There are many authors and viewpoints between the covers of this wonderful book.  Each story they select and the thoughts they share about it are like an overflowing cornucopia of delight and wonder, knowledge and wisdom.  Where one might expect to find "nice, environmentally friendly" stories, instead you will be treated to literary richness grounded in the depths of history and folk wisdom. 

Storytelling for a Greener World is a treasure to be visited and revisited as often as possible.


From the publisher:

A treasury of 43 stories, creative activities, techniques, tips and descriptions of inspiring practice to both empower newcomers and seasoned practitioners.

A handy, unique and authoritative resource for developing innovative story-work, and a key sourcebook of lasting usefulness.

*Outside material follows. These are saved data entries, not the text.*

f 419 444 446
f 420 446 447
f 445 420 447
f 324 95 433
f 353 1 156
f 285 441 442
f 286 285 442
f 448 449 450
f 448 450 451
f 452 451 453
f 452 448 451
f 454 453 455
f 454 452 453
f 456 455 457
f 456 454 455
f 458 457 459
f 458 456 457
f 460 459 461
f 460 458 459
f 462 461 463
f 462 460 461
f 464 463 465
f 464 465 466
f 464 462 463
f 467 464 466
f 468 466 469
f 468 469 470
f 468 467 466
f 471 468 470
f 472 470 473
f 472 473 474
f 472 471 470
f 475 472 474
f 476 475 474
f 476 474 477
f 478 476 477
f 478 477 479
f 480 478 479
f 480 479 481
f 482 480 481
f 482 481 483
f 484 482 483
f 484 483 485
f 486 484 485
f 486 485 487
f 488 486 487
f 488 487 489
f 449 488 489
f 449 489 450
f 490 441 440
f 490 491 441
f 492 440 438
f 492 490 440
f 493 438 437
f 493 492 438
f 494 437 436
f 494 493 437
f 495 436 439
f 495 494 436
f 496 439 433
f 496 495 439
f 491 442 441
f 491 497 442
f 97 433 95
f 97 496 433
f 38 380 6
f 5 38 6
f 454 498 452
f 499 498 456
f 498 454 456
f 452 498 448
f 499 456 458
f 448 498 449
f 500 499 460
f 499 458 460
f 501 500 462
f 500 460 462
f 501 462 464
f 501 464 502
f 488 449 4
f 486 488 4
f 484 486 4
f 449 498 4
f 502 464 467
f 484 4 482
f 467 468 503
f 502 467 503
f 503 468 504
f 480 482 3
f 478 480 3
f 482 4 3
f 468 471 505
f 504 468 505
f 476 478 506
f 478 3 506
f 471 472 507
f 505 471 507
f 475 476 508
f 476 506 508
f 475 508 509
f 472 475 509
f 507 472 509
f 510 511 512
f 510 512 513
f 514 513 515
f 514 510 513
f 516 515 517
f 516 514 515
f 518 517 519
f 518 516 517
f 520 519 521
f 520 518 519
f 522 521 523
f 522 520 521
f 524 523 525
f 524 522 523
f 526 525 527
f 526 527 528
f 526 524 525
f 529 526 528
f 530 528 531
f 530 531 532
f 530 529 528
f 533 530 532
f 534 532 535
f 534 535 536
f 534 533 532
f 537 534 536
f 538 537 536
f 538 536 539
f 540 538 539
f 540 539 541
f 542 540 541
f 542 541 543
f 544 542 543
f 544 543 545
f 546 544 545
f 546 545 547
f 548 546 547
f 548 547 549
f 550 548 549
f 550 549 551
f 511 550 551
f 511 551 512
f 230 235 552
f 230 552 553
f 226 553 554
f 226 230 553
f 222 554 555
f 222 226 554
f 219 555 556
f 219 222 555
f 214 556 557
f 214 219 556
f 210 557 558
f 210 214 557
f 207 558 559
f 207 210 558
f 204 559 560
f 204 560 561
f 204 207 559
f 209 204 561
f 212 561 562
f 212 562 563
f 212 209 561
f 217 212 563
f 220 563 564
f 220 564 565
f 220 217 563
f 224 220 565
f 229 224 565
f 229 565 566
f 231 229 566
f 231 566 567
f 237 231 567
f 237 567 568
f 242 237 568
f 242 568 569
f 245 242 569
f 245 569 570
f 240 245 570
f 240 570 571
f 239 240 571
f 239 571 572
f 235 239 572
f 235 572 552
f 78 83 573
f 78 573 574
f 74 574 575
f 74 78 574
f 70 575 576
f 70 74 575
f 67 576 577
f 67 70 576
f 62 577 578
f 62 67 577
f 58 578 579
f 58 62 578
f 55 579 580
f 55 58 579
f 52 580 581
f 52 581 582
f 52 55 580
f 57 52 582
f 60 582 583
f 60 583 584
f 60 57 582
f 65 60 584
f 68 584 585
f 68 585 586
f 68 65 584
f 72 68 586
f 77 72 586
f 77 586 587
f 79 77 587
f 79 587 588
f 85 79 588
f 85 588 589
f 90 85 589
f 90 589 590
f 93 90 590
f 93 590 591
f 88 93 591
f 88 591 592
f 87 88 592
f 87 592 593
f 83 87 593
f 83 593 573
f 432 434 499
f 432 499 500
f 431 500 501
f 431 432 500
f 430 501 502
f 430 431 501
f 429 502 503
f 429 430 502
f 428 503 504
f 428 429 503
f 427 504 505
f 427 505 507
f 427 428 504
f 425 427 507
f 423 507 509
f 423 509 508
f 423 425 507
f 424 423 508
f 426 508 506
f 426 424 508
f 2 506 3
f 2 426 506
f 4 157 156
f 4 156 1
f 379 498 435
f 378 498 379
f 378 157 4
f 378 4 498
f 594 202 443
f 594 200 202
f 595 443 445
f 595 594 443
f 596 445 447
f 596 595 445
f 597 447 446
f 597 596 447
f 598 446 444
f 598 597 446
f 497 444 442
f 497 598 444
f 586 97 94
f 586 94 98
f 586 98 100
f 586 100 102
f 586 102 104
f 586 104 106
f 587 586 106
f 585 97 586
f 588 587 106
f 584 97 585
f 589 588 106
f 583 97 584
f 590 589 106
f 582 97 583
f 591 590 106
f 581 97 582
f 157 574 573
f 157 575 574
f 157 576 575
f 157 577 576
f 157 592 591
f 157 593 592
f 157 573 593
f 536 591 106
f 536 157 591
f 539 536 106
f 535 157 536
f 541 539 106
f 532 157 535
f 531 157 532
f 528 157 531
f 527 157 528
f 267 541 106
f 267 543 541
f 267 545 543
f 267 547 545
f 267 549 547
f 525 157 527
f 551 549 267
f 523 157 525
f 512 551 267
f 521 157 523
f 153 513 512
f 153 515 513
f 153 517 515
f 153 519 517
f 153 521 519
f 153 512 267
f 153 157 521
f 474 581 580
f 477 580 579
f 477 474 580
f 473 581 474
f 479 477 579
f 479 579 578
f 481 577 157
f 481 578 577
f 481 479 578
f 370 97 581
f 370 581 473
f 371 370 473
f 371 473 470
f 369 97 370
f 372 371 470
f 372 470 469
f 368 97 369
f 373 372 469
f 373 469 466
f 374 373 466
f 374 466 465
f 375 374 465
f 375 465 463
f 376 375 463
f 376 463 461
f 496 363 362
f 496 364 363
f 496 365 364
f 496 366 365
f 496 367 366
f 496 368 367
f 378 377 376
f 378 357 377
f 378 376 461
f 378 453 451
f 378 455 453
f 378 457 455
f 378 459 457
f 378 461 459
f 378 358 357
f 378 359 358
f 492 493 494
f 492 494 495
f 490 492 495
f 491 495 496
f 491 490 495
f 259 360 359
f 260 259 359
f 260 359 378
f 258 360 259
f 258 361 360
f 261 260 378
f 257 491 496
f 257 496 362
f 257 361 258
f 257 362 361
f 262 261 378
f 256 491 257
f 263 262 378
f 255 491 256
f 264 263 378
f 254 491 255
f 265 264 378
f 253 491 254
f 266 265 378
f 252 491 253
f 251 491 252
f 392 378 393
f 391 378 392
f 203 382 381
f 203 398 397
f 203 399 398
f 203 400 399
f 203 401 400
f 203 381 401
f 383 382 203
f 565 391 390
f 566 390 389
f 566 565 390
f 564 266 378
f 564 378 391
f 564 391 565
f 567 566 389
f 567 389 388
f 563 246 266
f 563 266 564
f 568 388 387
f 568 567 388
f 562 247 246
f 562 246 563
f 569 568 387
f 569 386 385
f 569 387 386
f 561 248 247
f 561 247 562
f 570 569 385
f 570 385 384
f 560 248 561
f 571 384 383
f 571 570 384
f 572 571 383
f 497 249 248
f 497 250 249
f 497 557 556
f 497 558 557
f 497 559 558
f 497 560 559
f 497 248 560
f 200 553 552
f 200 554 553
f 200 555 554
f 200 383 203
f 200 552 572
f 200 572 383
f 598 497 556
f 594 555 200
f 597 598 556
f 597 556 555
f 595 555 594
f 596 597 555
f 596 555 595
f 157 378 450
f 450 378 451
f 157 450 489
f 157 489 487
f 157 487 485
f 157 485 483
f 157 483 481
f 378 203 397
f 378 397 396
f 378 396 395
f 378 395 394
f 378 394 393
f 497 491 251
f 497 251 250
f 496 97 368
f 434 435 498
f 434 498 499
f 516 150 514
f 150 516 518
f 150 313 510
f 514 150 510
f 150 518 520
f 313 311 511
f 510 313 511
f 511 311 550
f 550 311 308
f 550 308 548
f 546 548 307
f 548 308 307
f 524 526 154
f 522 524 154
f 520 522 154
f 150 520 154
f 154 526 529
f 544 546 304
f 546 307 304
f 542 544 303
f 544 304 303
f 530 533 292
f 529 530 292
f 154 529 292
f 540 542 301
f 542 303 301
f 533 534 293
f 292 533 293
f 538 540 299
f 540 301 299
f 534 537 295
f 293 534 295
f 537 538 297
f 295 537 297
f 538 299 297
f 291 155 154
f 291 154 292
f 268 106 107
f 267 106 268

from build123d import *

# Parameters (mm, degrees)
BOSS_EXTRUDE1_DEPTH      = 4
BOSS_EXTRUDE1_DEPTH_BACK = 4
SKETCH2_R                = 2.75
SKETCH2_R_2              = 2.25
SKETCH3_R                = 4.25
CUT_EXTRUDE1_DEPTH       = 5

This handbook offers time-tested stories, creative activities and methods that environmental educators and storytellers can use to affect people’s pro-environmental behavior.  Whether it is a brief mention of seeing a skein of geese flying in an evening sky, or children from a tough area getting inspired by kittiwakes, both adults and children can engage profoundly with nature through the imaginative power of story, with lasting personal and environmental changes.

It explores the links between storytelling and emotional literacy, place, environmental justice, connecting with alienated youngsters, how to encourage children and adults’ curiosity about nature, building community, sustainability and indigenous peoples, local legends, human-animal communication and how to co-create a sustainable future together.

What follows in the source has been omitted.